**Problem to work on:**
After locating the line that contains "#80=VERTEX_POINT('',#79);" in the records below, write out exactly that line and each line after it through the one that contains "#142=AXIS2_PLACEMENT_3D('',#141,#82,#47);", and nothing else.

- Opening Delimiter -

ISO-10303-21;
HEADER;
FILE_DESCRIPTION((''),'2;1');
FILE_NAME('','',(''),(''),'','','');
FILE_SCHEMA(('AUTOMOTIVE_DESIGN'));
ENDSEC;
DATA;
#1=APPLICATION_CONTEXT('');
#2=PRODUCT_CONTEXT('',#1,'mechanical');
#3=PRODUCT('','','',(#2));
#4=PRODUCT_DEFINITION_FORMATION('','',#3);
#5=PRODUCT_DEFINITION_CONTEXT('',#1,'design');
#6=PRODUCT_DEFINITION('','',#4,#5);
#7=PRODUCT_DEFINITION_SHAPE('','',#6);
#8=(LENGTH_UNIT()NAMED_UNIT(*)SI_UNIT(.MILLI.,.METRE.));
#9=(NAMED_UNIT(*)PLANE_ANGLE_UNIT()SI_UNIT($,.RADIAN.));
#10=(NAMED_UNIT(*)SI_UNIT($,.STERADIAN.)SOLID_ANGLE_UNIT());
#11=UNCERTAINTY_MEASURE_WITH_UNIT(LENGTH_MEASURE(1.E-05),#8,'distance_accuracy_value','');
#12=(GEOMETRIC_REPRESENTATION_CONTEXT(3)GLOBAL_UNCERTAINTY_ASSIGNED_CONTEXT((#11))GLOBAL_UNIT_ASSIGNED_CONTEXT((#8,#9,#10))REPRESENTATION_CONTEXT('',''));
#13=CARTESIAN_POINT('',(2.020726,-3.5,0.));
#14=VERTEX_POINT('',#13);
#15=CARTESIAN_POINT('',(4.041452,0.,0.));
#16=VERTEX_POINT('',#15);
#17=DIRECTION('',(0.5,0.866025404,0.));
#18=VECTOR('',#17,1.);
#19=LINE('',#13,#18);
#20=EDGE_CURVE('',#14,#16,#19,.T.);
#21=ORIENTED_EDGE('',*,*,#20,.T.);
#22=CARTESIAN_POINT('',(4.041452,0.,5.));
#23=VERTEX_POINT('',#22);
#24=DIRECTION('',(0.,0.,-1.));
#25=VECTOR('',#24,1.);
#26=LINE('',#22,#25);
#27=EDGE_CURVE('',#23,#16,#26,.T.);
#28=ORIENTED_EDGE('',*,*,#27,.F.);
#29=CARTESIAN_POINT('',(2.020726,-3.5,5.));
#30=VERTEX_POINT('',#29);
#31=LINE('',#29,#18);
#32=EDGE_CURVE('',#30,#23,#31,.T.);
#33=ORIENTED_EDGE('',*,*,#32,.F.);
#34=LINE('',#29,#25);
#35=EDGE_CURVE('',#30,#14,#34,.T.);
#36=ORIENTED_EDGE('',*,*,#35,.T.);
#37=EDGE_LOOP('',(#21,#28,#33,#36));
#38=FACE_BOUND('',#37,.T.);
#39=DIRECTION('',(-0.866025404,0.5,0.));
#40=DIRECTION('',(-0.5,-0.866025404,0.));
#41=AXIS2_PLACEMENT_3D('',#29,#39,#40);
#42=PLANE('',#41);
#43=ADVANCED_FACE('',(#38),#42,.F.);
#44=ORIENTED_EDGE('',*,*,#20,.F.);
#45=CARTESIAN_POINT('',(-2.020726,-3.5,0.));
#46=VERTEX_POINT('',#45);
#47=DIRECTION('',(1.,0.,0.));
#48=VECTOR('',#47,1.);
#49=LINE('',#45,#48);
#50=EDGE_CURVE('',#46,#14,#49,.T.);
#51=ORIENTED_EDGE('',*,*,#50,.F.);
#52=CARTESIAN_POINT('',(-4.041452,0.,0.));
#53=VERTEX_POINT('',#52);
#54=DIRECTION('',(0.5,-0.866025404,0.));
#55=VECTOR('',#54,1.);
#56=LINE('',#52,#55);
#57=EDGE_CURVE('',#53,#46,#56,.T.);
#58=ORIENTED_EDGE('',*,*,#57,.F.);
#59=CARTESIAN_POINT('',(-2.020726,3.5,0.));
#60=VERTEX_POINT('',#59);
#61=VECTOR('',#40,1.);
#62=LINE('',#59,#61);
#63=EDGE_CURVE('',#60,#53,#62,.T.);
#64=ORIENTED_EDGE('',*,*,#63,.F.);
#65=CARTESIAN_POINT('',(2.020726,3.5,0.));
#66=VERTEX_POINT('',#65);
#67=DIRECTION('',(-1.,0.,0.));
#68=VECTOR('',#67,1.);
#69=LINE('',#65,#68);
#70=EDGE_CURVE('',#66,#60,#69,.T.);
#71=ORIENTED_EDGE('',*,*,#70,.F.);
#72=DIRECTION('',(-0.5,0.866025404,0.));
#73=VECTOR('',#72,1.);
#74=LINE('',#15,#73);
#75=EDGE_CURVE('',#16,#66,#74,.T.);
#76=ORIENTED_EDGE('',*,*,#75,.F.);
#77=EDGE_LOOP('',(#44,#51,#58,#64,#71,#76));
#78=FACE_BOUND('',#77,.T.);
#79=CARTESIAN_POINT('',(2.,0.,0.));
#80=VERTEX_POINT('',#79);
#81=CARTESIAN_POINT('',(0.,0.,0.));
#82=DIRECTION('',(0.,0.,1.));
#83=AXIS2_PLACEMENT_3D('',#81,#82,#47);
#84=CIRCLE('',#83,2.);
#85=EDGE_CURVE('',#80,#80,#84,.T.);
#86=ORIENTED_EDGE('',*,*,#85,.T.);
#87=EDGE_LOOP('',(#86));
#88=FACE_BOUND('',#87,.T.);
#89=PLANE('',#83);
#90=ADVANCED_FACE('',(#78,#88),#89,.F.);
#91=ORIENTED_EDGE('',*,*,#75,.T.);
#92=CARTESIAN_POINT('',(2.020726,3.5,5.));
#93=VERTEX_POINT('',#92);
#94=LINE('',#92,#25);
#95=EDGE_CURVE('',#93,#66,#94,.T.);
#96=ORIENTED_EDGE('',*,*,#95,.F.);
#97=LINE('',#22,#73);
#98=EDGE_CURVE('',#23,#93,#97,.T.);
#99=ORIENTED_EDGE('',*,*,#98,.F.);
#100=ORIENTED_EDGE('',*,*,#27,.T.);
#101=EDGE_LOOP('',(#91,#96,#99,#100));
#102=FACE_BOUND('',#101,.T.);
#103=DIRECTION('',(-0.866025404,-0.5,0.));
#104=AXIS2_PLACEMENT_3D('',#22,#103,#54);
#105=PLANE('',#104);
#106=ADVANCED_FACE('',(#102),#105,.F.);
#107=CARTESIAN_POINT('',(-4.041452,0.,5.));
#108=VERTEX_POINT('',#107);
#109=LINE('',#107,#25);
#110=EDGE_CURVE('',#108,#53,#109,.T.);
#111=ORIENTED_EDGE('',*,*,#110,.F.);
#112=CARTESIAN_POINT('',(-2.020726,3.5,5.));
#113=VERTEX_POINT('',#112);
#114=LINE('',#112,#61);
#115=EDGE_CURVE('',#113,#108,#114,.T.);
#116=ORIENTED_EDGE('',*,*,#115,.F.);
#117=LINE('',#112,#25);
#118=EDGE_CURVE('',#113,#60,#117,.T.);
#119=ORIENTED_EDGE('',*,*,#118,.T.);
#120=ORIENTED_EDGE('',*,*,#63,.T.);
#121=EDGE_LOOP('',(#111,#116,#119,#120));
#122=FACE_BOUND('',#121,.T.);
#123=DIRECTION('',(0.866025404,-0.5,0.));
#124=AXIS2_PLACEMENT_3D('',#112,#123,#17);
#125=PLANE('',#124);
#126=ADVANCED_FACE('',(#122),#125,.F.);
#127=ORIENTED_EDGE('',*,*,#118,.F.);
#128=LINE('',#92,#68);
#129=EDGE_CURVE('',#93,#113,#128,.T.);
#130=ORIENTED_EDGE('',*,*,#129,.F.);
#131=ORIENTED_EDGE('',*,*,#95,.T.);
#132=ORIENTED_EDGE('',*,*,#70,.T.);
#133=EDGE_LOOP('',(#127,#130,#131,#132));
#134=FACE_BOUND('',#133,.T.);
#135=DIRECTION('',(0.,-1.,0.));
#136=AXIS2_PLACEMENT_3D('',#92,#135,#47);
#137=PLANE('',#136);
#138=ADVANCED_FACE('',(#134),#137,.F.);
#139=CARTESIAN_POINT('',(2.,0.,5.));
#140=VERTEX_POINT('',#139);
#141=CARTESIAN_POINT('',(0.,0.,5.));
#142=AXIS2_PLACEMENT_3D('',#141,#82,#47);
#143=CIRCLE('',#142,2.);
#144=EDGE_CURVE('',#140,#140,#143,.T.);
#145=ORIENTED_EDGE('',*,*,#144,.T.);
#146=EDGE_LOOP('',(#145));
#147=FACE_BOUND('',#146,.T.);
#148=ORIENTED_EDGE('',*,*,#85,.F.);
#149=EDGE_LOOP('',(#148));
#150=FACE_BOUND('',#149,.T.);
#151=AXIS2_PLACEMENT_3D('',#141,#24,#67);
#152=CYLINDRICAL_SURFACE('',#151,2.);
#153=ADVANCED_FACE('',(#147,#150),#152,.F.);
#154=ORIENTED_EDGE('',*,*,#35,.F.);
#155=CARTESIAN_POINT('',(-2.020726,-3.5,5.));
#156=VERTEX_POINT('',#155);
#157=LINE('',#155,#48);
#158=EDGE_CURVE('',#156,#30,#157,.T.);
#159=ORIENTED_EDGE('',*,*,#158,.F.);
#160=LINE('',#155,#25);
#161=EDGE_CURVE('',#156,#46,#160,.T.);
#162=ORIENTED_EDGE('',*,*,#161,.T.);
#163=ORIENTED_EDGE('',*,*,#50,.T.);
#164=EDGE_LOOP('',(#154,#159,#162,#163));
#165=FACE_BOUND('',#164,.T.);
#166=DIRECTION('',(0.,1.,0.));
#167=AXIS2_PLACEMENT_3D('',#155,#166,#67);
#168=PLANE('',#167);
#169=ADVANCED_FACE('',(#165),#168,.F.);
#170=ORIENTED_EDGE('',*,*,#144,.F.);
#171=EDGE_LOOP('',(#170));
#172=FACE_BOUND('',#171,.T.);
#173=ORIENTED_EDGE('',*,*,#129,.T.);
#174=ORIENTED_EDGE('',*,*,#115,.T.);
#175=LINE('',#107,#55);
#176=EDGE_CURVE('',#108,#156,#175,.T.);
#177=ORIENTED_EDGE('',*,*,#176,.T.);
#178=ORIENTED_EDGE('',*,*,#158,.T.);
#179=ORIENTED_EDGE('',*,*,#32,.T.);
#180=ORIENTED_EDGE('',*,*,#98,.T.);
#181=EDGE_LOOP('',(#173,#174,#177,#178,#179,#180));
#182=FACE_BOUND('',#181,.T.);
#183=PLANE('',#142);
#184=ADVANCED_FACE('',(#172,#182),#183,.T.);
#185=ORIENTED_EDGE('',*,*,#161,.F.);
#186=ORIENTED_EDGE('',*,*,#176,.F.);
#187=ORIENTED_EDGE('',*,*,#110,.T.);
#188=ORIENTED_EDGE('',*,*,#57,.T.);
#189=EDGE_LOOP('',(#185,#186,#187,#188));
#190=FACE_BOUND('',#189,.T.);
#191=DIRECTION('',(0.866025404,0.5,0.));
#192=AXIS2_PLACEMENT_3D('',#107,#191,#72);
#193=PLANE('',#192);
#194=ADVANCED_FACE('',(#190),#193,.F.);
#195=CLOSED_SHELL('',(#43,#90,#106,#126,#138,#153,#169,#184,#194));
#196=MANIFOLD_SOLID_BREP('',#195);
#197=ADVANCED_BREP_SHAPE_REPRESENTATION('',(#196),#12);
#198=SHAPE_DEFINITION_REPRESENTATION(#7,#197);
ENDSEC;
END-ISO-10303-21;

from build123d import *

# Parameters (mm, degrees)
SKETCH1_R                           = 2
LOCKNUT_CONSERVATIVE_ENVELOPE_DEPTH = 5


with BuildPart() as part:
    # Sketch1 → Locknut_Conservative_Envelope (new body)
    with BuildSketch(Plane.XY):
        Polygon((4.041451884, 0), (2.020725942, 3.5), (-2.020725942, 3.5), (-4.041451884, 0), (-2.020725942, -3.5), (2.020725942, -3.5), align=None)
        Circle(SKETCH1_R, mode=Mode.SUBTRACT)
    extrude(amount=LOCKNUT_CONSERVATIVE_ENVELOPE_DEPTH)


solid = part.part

- Closing Delimiter -

**Solution to the exercise:**
#80=VERTEX_POINT('',#79);
#81=CARTESIAN_POINT('',(0.,0.,0.));
#82=DIRECTION('',(0.,0.,1.));
#83=AXIS2_PLACEMENT_3D('',#81,#82,#47);
#84=CIRCLE('',#83,2.);
#85=EDGE_CURVE('',#80,#80,#84,.T.);
#86=ORIENTED_EDGE('',*,*,#85,.T.);
#87=EDGE_LOOP('',(#86));
#88=FACE_BOUND('',#87,.T.);
#89=PLANE('',#83);
#90=ADVANCED_FACE('',(#78,#88),#89,.F.);
#91=ORIENTED_EDGE('',*,*,#75,.T.);
#92=CARTESIAN_POINT('',(2.020726,3.5,5.));
#93=VERTEX_POINT('',#92);
#94=LINE('',#92,#25);
#95=EDGE_CURVE('',#93,#66,#94,.T.);
#96=ORIENTED_EDGE('',*,*,#95,.F.);
#97=LINE('',#22,#73);
#98=EDGE_CURVE('',#23,#93,#97,.T.);
#99=ORIENTED_EDGE('',*,*,#98,.F.);
#100=ORIENTED_EDGE('',*,*,#27,.T.);
#101=EDGE_LOOP('',(#91,#96,#99,#100));
#102=FACE_BOUND('',#101,.T.);
#103=DIRECTION('',(-0.866025404,-0.5,0.));
#104=AXIS2_PLACEMENT_3D('',#22,#103,#54);
#105=PLANE('',#104);
#106=ADVANCED_FACE('',(#102),#105,.F.);
#107=CARTESIAN_POINT('',(-4.041452,0.,5.));
#108=VERTEX_POINT('',#107);
#109=LINE('',#107,#25);
#110=EDGE_CURVE('',#108,#53,#109,.T.);
#111=ORIENTED_EDGE('',*,*,#110,.F.);
#112=CARTESIAN_POINT('',(-2.020726,3.5,5.));
#113=VERTEX_POINT('',#112);
#114=LINE('',#112,#61);
#115=EDGE_CURVE('',#113,#108,#114,.T.);
#116=ORIENTED_EDGE('',*,*,#115,.F.);
#117=LINE('',#112,#25);
#118=EDGE_CURVE('',#113,#60,#117,.T.);
#119=ORIENTED_EDGE('',*,*,#118,.T.);
#120=ORIENTED_EDGE('',*,*,#63,.T.);
#121=EDGE_LOOP('',(#111,#116,#119,#120));
#122=FACE_BOUND('',#121,.T.);
#123=DIRECTION('',(0.866025404,-0.5,0.));
#124=AXIS2_PLACEMENT_3D('',#112,#123,#17);
#125=PLANE('',#124);
#126=ADVANCED_FACE('',(#122),#125,.F.);
#127=ORIENTED_EDGE('',*,*,#118,.F.);
#128=LINE('',#92,#68);
#129=EDGE_CURVE('',#93,#113,#128,.T.);
#130=ORIENTED_EDGE('',*,*,#129,.F.);
#131=ORIENTED_EDGE('',*,*,#95,.T.);
#132=ORIENTED_EDGE('',*,*,#70,.T.);
#133=EDGE_LOOP('',(#127,#130,#131,#132));
#134=FACE_BOUND('',#133,.T.);
#135=DIRECTION('',(0.,-1.,0.));
#136=AXIS2_PLACEMENT_3D('',#92,#135,#47);
#137=PLANE('',#136);
#138=ADVANCED_FACE('',(#134),#137,.F.);
#139=CARTESIAN_POINT('',(2.,0.,5.));
#140=VERTEX_POINT('',#139);
#141=CARTESIAN_POINT('',(0.,0.,5.));
#142=AXIS2_PLACEMENT_3D('',#141,#82,#47);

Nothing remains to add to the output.